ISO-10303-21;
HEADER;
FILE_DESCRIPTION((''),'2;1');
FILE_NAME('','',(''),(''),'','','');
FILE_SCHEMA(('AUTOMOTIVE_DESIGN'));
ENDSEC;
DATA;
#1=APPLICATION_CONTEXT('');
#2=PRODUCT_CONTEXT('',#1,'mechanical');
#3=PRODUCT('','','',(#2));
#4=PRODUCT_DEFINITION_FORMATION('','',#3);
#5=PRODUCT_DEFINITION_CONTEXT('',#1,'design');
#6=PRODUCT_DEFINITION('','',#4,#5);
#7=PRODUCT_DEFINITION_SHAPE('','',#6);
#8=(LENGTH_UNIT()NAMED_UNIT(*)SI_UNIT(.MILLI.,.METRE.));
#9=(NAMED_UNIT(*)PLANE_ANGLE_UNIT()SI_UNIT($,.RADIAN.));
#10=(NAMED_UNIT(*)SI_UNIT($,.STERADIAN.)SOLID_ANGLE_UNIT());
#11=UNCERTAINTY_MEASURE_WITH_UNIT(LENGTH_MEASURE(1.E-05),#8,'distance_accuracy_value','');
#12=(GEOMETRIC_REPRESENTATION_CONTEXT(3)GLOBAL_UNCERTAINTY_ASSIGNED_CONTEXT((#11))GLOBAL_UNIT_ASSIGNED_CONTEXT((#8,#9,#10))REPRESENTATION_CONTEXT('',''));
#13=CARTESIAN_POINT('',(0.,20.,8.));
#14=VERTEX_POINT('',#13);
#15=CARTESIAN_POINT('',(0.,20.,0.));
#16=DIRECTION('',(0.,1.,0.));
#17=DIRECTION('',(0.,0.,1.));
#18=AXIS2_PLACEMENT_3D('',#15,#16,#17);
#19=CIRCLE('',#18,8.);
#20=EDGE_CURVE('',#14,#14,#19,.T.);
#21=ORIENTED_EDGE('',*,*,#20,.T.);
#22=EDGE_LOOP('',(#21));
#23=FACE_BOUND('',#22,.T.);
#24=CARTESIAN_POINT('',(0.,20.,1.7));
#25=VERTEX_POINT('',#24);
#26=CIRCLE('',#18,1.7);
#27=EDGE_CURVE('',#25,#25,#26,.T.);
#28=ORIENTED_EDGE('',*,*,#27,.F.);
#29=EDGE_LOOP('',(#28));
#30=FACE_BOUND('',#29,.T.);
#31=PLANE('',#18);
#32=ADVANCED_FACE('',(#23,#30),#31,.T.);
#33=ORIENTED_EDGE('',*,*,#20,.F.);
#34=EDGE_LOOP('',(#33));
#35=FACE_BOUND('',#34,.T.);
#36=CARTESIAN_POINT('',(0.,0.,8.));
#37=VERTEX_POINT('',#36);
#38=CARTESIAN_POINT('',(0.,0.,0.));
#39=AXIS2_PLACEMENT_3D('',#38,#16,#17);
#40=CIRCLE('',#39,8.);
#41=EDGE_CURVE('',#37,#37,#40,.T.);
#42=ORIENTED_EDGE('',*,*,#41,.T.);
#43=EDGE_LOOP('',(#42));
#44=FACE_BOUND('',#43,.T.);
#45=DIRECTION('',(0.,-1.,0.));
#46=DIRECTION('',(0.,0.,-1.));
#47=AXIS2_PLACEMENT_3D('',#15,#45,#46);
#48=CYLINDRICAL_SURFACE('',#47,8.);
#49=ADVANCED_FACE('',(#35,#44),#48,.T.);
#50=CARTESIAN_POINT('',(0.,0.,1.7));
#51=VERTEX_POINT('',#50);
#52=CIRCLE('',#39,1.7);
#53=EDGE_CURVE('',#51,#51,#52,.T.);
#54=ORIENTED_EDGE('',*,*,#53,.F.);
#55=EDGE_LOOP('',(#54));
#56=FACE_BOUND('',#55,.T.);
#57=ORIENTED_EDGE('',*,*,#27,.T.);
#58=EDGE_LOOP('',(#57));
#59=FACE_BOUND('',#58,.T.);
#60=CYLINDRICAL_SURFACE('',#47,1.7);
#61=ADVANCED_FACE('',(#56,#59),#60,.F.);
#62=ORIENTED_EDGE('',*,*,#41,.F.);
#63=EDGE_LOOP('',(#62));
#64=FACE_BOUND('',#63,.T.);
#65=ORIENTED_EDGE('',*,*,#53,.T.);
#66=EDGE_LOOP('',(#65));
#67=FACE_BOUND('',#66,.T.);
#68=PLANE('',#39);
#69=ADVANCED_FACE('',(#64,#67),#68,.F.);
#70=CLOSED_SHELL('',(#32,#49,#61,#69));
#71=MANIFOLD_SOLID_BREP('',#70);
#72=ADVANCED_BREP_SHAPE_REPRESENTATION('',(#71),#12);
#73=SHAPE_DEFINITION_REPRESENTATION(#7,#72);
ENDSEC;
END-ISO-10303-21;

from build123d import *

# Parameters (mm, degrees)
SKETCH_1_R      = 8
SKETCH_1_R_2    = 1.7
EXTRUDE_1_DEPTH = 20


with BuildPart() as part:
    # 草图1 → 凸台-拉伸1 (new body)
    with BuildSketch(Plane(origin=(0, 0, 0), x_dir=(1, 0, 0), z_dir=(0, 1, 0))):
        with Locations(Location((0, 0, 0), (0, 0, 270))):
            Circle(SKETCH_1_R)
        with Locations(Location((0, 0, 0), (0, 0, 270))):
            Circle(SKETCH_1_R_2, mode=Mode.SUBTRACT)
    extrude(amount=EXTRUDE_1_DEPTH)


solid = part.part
+ + + +
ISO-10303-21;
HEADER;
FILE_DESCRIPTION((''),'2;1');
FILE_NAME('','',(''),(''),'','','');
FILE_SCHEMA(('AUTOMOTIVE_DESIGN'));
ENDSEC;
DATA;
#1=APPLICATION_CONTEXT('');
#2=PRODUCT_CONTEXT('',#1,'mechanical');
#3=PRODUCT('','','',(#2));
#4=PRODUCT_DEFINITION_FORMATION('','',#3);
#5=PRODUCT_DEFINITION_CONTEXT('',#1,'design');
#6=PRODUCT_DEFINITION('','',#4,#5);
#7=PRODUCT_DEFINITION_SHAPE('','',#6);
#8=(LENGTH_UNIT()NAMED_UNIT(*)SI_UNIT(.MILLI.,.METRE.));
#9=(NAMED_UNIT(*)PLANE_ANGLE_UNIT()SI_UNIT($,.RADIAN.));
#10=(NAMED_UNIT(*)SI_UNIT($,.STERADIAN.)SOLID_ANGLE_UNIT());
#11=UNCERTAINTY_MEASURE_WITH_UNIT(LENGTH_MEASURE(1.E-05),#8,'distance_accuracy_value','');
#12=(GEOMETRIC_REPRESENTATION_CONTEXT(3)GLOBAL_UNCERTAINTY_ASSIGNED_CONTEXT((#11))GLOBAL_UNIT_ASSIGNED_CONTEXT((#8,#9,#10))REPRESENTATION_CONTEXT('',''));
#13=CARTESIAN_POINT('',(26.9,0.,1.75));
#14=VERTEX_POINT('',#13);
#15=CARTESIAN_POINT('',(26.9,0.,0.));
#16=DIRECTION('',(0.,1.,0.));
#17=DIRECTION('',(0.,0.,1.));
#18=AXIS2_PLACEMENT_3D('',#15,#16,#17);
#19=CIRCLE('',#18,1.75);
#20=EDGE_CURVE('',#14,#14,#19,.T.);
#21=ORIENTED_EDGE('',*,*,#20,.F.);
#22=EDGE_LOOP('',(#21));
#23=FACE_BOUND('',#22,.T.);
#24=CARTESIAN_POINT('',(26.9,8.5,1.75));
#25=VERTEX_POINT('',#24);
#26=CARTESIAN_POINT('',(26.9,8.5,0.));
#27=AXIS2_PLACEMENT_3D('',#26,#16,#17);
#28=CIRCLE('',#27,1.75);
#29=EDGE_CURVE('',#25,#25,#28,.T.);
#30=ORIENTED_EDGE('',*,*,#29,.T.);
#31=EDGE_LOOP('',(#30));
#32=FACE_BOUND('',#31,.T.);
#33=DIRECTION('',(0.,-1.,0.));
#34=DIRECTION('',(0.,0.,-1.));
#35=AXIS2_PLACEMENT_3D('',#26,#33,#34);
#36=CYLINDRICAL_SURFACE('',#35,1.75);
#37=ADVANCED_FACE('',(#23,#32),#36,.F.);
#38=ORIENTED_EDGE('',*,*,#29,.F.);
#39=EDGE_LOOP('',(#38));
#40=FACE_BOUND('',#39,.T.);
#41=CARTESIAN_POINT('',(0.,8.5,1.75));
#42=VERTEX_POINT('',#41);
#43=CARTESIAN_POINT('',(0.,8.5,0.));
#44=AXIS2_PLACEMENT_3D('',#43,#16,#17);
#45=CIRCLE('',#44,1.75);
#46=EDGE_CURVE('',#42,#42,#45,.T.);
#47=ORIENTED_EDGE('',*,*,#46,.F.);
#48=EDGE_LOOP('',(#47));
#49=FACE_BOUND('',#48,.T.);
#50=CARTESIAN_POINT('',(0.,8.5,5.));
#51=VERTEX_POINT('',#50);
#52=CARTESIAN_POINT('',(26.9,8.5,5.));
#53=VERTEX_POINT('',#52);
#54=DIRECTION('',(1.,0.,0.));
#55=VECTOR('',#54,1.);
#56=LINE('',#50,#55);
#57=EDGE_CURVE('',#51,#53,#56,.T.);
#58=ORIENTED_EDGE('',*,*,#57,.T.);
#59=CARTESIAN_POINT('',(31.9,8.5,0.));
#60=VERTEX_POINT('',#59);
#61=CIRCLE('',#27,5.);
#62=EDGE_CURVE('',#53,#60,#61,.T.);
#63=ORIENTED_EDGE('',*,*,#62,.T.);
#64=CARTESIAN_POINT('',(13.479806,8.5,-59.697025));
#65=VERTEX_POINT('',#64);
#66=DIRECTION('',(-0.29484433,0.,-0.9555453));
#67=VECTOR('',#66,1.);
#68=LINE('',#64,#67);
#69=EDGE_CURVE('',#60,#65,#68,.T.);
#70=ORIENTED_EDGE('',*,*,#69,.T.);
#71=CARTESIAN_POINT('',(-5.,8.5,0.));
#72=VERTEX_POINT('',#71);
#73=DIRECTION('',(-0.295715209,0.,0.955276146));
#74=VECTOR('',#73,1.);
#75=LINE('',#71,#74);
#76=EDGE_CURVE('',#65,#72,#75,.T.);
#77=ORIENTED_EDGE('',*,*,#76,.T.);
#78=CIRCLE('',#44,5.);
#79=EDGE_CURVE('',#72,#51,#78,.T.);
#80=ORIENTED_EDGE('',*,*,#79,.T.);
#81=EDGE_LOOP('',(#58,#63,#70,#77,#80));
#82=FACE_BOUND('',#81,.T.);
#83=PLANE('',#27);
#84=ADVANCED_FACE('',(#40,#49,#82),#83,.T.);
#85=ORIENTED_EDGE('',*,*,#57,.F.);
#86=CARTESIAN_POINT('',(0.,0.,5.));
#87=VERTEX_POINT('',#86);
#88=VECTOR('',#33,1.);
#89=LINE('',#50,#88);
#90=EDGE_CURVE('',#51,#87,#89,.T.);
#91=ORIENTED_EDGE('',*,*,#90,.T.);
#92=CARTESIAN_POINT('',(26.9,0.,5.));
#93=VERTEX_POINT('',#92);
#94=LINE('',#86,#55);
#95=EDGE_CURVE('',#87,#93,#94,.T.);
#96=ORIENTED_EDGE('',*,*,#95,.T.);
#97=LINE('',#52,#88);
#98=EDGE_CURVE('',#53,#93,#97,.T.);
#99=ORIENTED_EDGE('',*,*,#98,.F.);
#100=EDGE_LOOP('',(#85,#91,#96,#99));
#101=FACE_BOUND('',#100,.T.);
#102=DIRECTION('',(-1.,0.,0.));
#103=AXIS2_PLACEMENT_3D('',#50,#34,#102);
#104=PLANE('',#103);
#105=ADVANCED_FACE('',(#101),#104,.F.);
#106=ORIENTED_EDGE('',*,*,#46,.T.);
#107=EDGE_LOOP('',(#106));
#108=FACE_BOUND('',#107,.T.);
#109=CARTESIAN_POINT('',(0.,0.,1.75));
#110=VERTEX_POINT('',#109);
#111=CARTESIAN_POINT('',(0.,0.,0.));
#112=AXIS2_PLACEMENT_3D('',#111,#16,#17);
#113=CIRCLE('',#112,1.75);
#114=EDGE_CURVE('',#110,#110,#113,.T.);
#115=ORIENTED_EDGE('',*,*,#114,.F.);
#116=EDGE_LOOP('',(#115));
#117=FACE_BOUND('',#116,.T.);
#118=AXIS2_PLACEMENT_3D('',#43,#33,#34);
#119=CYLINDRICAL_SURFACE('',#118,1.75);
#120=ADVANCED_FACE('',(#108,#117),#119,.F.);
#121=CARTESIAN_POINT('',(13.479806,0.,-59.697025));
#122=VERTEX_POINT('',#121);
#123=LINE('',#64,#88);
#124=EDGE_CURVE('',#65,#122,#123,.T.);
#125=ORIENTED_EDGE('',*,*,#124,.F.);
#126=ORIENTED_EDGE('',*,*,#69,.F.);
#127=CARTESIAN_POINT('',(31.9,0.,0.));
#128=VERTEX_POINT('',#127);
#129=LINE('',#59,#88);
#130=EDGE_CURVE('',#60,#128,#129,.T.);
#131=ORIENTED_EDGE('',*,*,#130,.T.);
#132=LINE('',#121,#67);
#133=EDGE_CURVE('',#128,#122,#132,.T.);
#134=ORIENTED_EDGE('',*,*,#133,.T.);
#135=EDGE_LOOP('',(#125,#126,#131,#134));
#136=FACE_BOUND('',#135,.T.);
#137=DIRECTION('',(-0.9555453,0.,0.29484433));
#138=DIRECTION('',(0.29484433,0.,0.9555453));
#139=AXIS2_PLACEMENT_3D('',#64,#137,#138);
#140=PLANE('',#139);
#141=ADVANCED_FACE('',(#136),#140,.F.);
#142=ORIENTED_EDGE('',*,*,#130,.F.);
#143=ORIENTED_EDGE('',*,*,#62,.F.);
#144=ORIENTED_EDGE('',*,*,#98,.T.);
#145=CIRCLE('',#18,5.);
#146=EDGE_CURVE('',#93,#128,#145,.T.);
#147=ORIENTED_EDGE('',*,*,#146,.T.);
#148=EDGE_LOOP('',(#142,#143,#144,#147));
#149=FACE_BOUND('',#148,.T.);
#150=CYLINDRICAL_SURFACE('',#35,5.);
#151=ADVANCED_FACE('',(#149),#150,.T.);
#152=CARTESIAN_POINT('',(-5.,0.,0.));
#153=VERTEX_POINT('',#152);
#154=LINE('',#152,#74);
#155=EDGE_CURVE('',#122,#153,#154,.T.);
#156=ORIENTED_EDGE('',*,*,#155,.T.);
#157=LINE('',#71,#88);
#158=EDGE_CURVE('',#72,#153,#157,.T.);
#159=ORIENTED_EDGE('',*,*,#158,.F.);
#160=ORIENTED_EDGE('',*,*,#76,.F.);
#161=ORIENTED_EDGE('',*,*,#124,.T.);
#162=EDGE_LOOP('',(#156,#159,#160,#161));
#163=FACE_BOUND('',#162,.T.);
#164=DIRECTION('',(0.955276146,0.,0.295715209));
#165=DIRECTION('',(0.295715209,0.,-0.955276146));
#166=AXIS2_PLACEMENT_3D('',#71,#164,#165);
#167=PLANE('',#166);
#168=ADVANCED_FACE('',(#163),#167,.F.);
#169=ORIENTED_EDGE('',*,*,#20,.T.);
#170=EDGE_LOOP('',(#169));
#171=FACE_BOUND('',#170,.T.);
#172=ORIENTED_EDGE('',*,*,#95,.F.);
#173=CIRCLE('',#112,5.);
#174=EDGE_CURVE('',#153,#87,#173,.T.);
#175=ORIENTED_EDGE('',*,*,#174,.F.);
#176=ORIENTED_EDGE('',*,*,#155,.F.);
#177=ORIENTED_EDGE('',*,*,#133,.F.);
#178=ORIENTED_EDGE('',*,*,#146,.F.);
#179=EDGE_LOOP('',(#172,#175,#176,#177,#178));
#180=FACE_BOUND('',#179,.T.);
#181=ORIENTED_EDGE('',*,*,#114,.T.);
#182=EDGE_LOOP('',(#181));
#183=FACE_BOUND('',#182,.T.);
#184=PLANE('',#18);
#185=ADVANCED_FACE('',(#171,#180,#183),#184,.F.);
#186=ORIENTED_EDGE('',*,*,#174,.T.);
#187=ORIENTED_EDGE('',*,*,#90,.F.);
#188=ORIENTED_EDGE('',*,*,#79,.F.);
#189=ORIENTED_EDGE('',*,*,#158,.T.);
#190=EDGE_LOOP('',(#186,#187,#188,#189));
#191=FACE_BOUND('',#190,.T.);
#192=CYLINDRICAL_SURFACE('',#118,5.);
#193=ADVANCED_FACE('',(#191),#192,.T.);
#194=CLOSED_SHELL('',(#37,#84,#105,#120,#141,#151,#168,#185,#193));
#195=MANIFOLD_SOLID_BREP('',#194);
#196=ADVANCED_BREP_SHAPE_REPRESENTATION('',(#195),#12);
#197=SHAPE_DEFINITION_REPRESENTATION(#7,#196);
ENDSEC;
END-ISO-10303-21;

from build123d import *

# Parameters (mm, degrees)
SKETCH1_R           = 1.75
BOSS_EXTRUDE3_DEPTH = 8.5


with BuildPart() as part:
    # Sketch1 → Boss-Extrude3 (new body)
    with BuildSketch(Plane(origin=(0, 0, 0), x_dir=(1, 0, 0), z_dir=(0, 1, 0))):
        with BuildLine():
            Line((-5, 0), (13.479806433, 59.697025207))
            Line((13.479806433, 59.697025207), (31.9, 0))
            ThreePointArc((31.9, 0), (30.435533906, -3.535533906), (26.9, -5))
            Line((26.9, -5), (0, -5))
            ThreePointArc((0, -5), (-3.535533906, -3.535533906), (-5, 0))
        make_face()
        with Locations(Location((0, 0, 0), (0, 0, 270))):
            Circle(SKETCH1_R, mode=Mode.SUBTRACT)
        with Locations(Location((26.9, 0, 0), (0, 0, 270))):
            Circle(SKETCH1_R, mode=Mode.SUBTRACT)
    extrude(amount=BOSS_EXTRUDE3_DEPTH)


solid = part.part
+ + + +
EXERCISE INSTRUCTIONS — Only the lines above from the one with "#90=EDGE_CURVE('',#51,#87,#89,.T.);" through the one with "#111=CARTESIAN_POINT('',(0.,0.,0.));" should be duplicated, character for character.

TASK ANSWER —
#90=EDGE_CURVE('',#51,#87,#89,.T.);
#91=ORIENTED_EDGE('',*,*,#90,.T.);
#92=CARTESIAN_POINT('',(26.9,0.,5.));
#93=VERTEX_POINT('',#92);
#94=LINE('',#86,#55);
#95=EDGE_CURVE('',#87,#93,#94,.T.);
#96=ORIENTED_EDGE('',*,*,#95,.T.);
#97=LINE('',#52,#88);
#98=EDGE_CURVE('',#53,#93,#97,.T.);
#99=ORIENTED_EDGE('',*,*,#98,.F.);
#100=EDGE_LOOP('',(#85,#91,#96,#99));
#101=FACE_BOUND('',#100,.T.);
#102=DIRECTION('',(-1.,0.,0.));
#103=AXIS2_PLACEMENT_3D('',#50,#34,#102);
#104=PLANE('',#103);
#105=ADVANCED_FACE('',(#101),#104,.F.);
#106=ORIENTED_EDGE('',*,*,#46,.T.);
#107=EDGE_LOOP('',(#106));
#108=FACE_BOUND('',#107,.T.);
#109=CARTESIAN_POINT('',(0.,0.,1.75));
#110=VERTEX_POINT('',#109);
#111=CARTESIAN_POINT('',(0.,0.,0.));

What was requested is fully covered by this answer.